Exercise requirements: Every line below that holds the string "amount" must be copied.

Dataset excerpts:
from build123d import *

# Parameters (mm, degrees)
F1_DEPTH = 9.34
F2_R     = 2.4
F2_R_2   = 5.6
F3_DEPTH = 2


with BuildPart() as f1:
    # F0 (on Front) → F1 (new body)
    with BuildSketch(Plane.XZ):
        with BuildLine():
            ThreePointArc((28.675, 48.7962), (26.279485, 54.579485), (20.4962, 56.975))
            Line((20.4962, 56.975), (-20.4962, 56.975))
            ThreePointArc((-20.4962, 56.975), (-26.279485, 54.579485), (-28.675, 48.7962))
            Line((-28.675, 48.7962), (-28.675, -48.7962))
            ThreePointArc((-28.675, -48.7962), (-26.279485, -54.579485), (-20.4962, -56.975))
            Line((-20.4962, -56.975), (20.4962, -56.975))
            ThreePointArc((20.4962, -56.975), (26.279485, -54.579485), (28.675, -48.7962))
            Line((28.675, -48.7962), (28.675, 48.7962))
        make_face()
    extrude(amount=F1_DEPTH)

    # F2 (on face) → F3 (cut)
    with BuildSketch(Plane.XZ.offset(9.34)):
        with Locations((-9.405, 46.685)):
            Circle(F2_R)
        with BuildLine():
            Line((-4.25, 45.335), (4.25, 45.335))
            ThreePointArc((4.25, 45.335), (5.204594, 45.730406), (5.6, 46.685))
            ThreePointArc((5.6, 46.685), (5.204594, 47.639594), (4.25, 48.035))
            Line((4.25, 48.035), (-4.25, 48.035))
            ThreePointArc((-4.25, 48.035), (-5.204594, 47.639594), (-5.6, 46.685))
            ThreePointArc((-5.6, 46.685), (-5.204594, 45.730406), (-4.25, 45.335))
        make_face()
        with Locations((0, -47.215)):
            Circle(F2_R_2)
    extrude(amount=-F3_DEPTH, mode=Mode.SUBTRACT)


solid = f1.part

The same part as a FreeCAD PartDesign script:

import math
import FreeCAD as App
import Part
import Sketcher
from FreeCAD import Vector

doc = App.newDocument("Part")
body = doc.addObject("PartDesign::Body", "Body")

sketch1 = body.newObject("Sketcher::SketchObject", "Sketch")
sketch1.AttachmentSupport = (doc.getObject("XZ_Plane"), [""])
sketch1.MapMode = "FlatFace"
sketch1.addGeometry([
    Part.ArcOfCircle(Part.Circle(Vector(20.4962, 48.7962, 0), Vector(0, 0, 1), 8.1788), math.radians(-0.000001), math.radians(90.000001)),
    Part.LineSegment(Vector(20.4962, 56.975, 0), Vector(-20.4962, 56.975, 0)),
    Part.ArcOfCircle(Part.Circle(Vector(-20.4962, 48.7962, 0), Vector(0, 0, 1), 8.1788), math.radians(89.999999), math.radians(180.000001)),
    Part.LineSegment(Vector(-28.675, 48.7962, 0), Vector(-28.675, -48.7962, 0)),
    Part.ArcOfCircle(Part.Circle(Vector(-20.4962, -48.7962, 0), Vector(0, 0, 1), 8.1788), math.radians(179.999999), math.radians(270.000001)),
    Part.LineSegment(Vector(-20.4962, -56.975, 0), Vector(20.4962, -56.975, 0)),
    Part.ArcOfCircle(Part.Circle(Vector(20.4962, -48.7962, 0), Vector(0, 0, 1), 8.1788), math.radians(-90.000001), math.radians(0.000001)),
    Part.LineSegment(Vector(28.675, -48.7962, 0), Vector(28.675, 48.7962, 0)),
], False)
sketch1.addConstraint([
    Sketcher.Constraint("Tangent", 0, 2, 1, 1),
    Sketcher.Constraint("Tangent", 1, 2, 2, 1),
    Sketcher.Constraint("Tangent", 2, 2, 3, 1),
    Sketcher.Constraint("Tangent", 3, 2, 4, 1),
    Sketcher.Constraint("Tangent", 4, 2, 5, 1),
    Sketcher.Constraint("Tangent", 5, 2, 6, 1),
    Sketcher.Constraint("Tangent", 6, 2, 7, 1),
    Sketcher.Constraint("Tangent", 7, 2, 0, 1),
    Sketcher.Constraint("Horizontal", 1),
    Sketcher.Constraint("Vertical", 3),
    Sketcher.Constraint("Horizontal", 5),
    Sketcher.Constraint("Vertical", 7),
    Sketcher.Constraint("Equal", 0, 2),
    Sketcher.Constraint("Equal", 2, 4),
    Sketcher.Constraint("Equal", 4, 6),
    Sketcher.Constraint("Symmetric", 0, 3, 4, 3, -1, 1),
    Sketcher.Constraint("Radius", 0, 8.1788),
    Sketcher.Constraint("DistanceX", 3, 2, 6, 2, 57.35),
    Sketcher.Constraint("DistanceY", 3, 2, 3, 1, 97.5924),
])
pad1 = body.newObject("PartDesign::Pad", "Pad")
pad1.Profile = sketch1
pad1.Length = 9.34

sketch2 = body.newObject("Sketcher::SketchObject", "Sketch001")
sketch2.AttachmentSupport = (doc.getObject("XZ_Plane"), [""])
sketch2.MapMode = "FlatFace"
sketch2.AttachmentOffset = App.Placement(Vector(0, 0, 9.34), App.Rotation())
sketch2.addGeometry([
    Part.Circle(Vector(-9.405, 46.685, 0), Vector(0, 0, 1), 2.4),
    Part.LineSegment(Vector(-4.25, 45.335, 0), Vector(4.25, 45.335, 0)),
    Part.ArcOfCircle(Part.Circle(Vector(4.249999, 46.685001, 0), Vector(0, 0, 1), 1.350001), math.radians(-89.999978), math.radians(-0.000022)),
    Part.ArcOfCircle(Part.Circle(Vector(4.249999, 46.684999, 0), Vector(0, 0, 1), 1.350001), math.radians(0.000022), math.radians(89.999978)),
    Part.LineSegment(Vector(4.25, 48.035, 0), Vector(-4.25, 48.035, 0)),
    Part.ArcOfCircle(Part.Circle(Vector(-4.249999, 46.684999, 0), Vector(0, 0, 1), 1.350001), math.radians(90.000022), math.radians(179.999978)),
    Part.ArcOfCircle(Part.Circle(Vector(-4.249999, 46.685001, 0), Vector(0, 0, 1), 1.350001), math.radians(-179.999978), math.radians(-90.000022)),
    Part.Circle(Vector(0, -47.215, 0), Vector(0, 0, 1), 5.6),
], False)
sketch2.addConstraint([
    Sketcher.Constraint("Tangent", 1, 2, 2, 1),
    Sketcher.Constraint("Tangent", 2, 2, 3, 1),
    Sketcher.Constraint("Tangent", 3, 2, 4, 1),
    Sketcher.Constraint("Tangent", 4, 2, 5, 1),
    Sketcher.Constraint("Tangent", 5, 2, 6, 1),
    Sketcher.Constraint("Tangent", 6, 2, 1, 1),
    Sketcher.Constraint("Horizontal", 1),
    Sketcher.Constraint("Horizontal", 4),
    Sketcher.Constraint("Equal", 2, 3),
    Sketcher.Constraint("Equal", 3, 5),
    Sketcher.Constraint("Symmetric", 2, 2, 5, 2, -2),
    Sketcher.Constraint("PointOnObject", 7, 3, -2),
    Sketcher.Constraint("Horizontal", 0, 3, 2, 3),
    Sketcher.Constraint("Horizontal", 6, 3, 2, 2),
    Sketcher.Constraint("Diameter", 0, 4.8),
    Sketcher.Constraint("Diameter", 7, 11.2),
    Sketcher.Constraint("Radius", 2, 1.350001),
    Sketcher.Constraint("DistanceX", 1, 1, 1, 2, 8.5),
    Sketcher.Constraint("DistanceY", 7, 3, 3, 3, 93.899999),
    Sketcher.Constraint("DistanceX", 0, 3, -1, 1, 9.405),
    Sketcher.Constraint("DistanceY", -1, 1, 0, 3, 46.685),
])
pocket1 = body.newObject("PartDesign::Pocket", "Pocket")
pocket1.Profile = sketch2
pocket1.Length = 2

doc.recompute()
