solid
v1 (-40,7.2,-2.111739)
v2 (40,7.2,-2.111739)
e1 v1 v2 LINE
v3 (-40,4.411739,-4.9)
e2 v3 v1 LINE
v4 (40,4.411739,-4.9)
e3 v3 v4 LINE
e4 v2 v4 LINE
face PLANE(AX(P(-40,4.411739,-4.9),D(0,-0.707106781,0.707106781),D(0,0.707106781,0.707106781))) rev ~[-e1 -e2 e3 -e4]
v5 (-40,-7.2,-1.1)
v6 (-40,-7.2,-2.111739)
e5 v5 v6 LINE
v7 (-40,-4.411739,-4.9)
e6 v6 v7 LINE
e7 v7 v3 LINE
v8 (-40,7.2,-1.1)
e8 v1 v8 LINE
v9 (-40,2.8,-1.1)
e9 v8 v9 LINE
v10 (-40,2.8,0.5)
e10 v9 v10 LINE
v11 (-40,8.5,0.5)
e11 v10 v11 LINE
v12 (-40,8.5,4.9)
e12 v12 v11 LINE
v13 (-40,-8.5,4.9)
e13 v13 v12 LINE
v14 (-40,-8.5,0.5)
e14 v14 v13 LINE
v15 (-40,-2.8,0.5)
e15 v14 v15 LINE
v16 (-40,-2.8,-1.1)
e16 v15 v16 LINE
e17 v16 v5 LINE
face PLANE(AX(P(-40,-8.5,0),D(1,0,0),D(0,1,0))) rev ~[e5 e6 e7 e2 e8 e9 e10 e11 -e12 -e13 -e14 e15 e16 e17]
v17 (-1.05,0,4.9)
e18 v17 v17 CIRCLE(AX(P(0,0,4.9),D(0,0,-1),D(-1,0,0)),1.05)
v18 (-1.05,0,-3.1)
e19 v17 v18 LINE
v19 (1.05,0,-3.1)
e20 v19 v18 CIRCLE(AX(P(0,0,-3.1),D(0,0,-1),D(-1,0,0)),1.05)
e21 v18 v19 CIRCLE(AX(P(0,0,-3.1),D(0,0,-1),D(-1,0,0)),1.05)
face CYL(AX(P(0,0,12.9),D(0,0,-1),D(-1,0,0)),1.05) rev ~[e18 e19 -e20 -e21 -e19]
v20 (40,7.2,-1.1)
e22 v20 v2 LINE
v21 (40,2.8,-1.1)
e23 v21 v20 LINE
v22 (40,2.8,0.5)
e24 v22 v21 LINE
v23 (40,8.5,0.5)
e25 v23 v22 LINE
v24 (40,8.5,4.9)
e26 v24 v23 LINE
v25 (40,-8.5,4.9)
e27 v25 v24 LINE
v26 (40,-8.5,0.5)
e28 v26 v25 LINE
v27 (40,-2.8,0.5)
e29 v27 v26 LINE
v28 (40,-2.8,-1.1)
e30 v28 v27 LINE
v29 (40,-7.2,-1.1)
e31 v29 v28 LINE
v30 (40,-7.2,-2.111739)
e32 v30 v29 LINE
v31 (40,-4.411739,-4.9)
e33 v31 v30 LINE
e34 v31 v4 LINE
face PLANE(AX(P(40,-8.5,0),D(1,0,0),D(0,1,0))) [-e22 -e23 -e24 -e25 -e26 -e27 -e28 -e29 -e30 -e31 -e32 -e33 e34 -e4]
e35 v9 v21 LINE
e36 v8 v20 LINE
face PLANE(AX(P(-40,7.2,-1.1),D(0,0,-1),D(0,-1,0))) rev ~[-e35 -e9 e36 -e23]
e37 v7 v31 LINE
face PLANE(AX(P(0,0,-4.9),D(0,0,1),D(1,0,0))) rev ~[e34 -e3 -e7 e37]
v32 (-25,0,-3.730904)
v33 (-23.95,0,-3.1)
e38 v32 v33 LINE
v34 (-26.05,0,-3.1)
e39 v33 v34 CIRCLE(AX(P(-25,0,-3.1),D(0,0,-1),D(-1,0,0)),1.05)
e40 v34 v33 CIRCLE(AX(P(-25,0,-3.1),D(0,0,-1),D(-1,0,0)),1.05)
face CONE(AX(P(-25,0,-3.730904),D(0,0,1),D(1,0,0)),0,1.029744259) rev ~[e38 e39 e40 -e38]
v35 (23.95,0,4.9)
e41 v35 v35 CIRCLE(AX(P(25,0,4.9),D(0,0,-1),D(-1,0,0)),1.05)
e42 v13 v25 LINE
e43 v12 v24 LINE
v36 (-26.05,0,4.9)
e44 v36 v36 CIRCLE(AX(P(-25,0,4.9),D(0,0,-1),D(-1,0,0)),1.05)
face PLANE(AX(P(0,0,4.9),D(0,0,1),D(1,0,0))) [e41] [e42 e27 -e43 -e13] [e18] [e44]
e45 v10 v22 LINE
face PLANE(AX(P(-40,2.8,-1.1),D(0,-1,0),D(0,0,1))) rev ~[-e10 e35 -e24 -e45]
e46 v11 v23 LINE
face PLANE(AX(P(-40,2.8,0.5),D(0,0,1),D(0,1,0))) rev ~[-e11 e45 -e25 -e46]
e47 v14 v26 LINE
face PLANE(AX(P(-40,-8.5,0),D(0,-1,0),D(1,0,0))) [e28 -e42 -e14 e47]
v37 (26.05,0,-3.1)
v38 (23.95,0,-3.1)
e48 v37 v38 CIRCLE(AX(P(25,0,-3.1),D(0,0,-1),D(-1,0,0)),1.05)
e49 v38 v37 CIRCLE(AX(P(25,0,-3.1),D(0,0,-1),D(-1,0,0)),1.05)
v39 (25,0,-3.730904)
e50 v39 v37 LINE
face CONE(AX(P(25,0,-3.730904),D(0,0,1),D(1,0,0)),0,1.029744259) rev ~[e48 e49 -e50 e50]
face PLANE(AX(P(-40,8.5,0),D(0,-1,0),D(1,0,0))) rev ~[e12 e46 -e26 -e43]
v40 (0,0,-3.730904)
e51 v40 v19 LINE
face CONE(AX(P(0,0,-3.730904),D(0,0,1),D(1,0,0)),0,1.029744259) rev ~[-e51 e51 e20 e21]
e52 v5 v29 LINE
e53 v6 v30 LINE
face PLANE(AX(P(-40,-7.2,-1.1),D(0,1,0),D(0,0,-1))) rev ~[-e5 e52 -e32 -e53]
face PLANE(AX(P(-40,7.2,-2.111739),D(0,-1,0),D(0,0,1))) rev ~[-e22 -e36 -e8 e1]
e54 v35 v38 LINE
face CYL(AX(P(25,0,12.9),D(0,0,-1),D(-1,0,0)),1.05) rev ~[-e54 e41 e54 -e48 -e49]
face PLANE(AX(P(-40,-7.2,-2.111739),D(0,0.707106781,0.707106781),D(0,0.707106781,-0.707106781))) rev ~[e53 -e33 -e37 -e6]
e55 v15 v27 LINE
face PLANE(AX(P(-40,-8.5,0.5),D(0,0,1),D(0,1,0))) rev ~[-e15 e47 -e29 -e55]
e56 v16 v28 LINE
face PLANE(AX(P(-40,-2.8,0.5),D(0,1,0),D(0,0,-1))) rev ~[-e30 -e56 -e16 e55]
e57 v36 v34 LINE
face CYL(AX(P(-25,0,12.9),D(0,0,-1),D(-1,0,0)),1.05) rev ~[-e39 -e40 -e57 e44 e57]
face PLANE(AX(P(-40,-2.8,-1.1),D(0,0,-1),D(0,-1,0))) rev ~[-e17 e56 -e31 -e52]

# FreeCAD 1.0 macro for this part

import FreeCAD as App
import Part
import Sketcher

V = App.Vector

doc = App.newDocument("Part")
body = doc.addObject("PartDesign::Body", "Body")

# Sketch on XY plane
sketch1 = body.newObject("Sketcher::SketchObject", "Sketch")
sketch1.AttachmentSupport = (doc.getObject("XY_Plane"), [""])
sketch1.MapMode = "FlatFace"
sketch1.addGeometry([
    Part.LineSegment(V(-40, 8, 0), V(-40, -8, 0)),
    Part.LineSegment(V(-40, -8, 0), V(40, -8, 0)),
    Part.LineSegment(V(40, -8, 0), V(40, 8, 0)),
    Part.LineSegment(V(40, 8, 0), V(-40, 8, 0)),
], False)
sketch1.addConstraint([
    Sketcher.Constraint("Coincident", 0, 2, 1, 1),
    Sketcher.Constraint("Coincident", 1, 2, 2, 1),
    Sketcher.Constraint("Coincident", 2, 2, 3, 1),
    Sketcher.Constraint("Coincident", 3, 2, 0, 1),
    Sketcher.Constraint("Vertical", 0),
    Sketcher.Constraint("Horizontal", 1),
    Sketcher.Constraint("Vertical", 2),
    Sketcher.Constraint("Horizontal", 3),
    Sketcher.Constraint("Symmetric", 0, 2, 2, 2, -1, 1),
    Sketcher.Constraint("DistanceX", 1, 1, 1, 2, 80.0),
    Sketcher.Constraint("DistanceY", 0, 2, 0, 1, 17.0),
])
pad1 = body.newObject("PartDesign::Pad", "Pad")
pad1.Profile = sketch1
pad1.Length = 9.8
pad1.Midplane = True

# Sketch on YZ plane
sketch2 = body.newObject("Sketcher::SketchObject", "Sketch001")
sketch2.AttachmentSupport = (doc.getObject("YZ_Plane"), [""])
sketch2.MapMode = "FlatFace"
sketch2.AttachmentOffset = App.Placement(V(0, 0, -40), App.Rotation())
sketch2.addGeometry([
    Part.LineSegment(V(2.8, 0.5, 0), V(8.5, 0.5, 0)),  # 0
    Part.LineSegment(V(8.5, 0.5, 0), V(8.5, -4.9, 0)),  # 1
    Part.LineSegment(V(8.5, -4.9, 0), V(4.4, -4.9, 0)),  # 2
    Part.LineSegment(V(4.4, -4.9, 0), V(7.2, -2.1, 0)),  # 3
    Part.LineSegment(V(7.2, -2.1, 0), V(7.2, -1.1, 0)),  # 4
    Part.LineSegment(V(7.2, -1.1, 0), V(2.8, -1.1, 0)),  # 5
    Part.LineSegment(V(2.8, -1.1, 0), V(2.8, 0.5, 0)),  # 6
    Part.LineSegment(V(-8.5, 0.5, 0), V(-2.8, 0.5, 0)),  # 7
    Part.LineSegment(V(-2.8, 0.5, 0), V(-2.8, -1.1, 0)),  # 8
    Part.LineSegment(V(-2.8, -1.1, 0), V(-7.2, -1.1, 0)),  # 9
    Part.LineSegment(V(-7.2, -1.1, 0), V(-7.2, -2.1, 0)),  # 10
    Part.LineSegment(V(-7.2, -2.1, 0), V(-4.4, -4.9, 0)),  # 11
    Part.LineSegment(V(-4.4, -4.9, 0), V(-8.5, -4.9, 0)),  # 12
    Part.LineSegment(V(-8.5, -4.9, 0), V(-8.5, 0.5, 0)),  # 13
], False)
sketch2.addConstraint([
    Sketcher.Constraint("Coincident", 0, 2, 1, 1),
    Sketcher.Constraint("Coincident", 1, 2, 2, 1),
    Sketcher.Constraint("Coincident", 2, 2, 3, 1),
    Sketcher.Constraint("Coincident", 3, 2, 4, 1),
    Sketcher.Constraint("Coincident", 4, 2, 5, 1),
    Sketcher.Constraint("Coincident", 5, 2, 6, 1),
    Sketcher.Constraint("Coincident", 6, 2, 0, 1),
    Sketcher.Constraint("Coincident", 7, 2, 8, 1),
    Sketcher.Constraint("Coincident", 8, 2, 9, 1),
    Sketcher.Constraint("Coincident", 9, 2, 10, 1),
    Sketcher.Constraint("Coincident", 10, 2, 11, 1),
    Sketcher.Constraint("Coincident", 11, 2, 12, 1),
    Sketcher.Constraint("Coincident", 12, 2, 13, 1),
    Sketcher.Constraint("Coincident", 13, 2, 7, 1),
    Sketcher.Constraint("Horizontal", 0),
    Sketcher.Constraint("Vertical", 1),
    Sketcher.Constraint("Horizontal", 2),
    Sketcher.Constraint("Vertical", 4),
    Sketcher.Constraint("Horizontal", 5),
    Sketcher.Constraint("Vertical", 6),
    Sketcher.Constraint("Horizontal", 7),
    Sketcher.Constraint("Vertical", 8),
    Sketcher.Constraint("Horizontal", 9),
    Sketcher.Constraint("Vertical", 10),
    Sketcher.Constraint("Horizontal", 12),
    Sketcher.Constraint("Vertical", 13),
    Sketcher.Constraint("Symmetric", 6, 2, 7, 2, -2),
    Sketcher.Constraint("Symmetric", 4, 2, 9, 2, -2),
    Sketcher.Constraint("Symmetric", 2, 2, 11, 2, -2),
    Sketcher.Constraint("Perpendicular", 3, 11),
    Sketcher.Constraint("Horizontal", 3, 2, 10, 2),
    Sketcher.Constraint("Equal", 0, 7),
    Sketcher.Constraint("DistanceX", 0, 1, 0, 2, 5.7),
    Sketcher.Constraint("DistanceX", 5, 2, 5, 1, 4.4),
    Sketcher.Constraint("DistanceY", 1, 2, 1, 1, 5.4),
    Sketcher.Constraint("DistanceY", 6, 1, 6, 2, 1.6),
    Sketcher.Constraint("DistanceX", 7, 2, 4, 2, 10.0),
    Sketcher.Constraint("DistanceY", -1, 1, 0, 2, 0.5),
    Sketcher.Constraint("DistanceX", 2, 2, 2, 1, 4.088261),
])
pocket1 = body.newObject("PartDesign::Pocket", "Pocket")
pocket1.Profile = sketch2
pocket1.Type = "ThroughAll"
pocket1.Reversed = True

# Sketch on XY plane
sketch3 = body.newObject("Sketcher::SketchObject", "Sketch002")
sketch3.AttachmentSupport = (doc.getObject("XY_Plane"), [""])
sketch3.MapMode = "FlatFace"
sketch3.AttachmentOffset = App.Placement(V(0, 0, 4.9), App.Rotation())
sketch3.addGeometry([
    Part.Circle(V(-25, 0, 0), V(0, 0, 1), 1.1),
    Part.Circle(V(25, 0, 0), V(0, 0, 1), 1.1),
    Part.Circle(V(0, 0, 0), V(0, 0, 1), 1.1),
], False)
sketch3.addConstraint([
    Sketcher.Constraint("Coincident", 2, 3, -1, 1),
    Sketcher.Constraint("Equal", 0, 1),
    Sketcher.Constraint("Equal", 1, 2),
    Sketcher.Constraint("Symmetric", 0, 3, 1, 3, -1, 1),
    Sketcher.Constraint("PointOnObject", 0, 3, -1),
    Sketcher.Constraint("Diameter", 0, 2.1),
    Sketcher.Constraint("DistanceX", 0, 3, -1, 1, 25.0),
])
doc.recompute()
hole = body.newObject("PartDesign::Hole", "Hole")
hole.Profile = sketch3
hole.ThreadType = "None"
hole.Diameter = 2.1
hole.DepthType = "Dimension"
hole.Depth = 8
hole.DrillPoint = "Angled"
hole.DrillPointAngle = 118

doc.recompute()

Written solution:
    extrude(amount=F1_DEPTH)
    extrude(amount=-F3_DEPTH, mode=Mode.SUBTRACT)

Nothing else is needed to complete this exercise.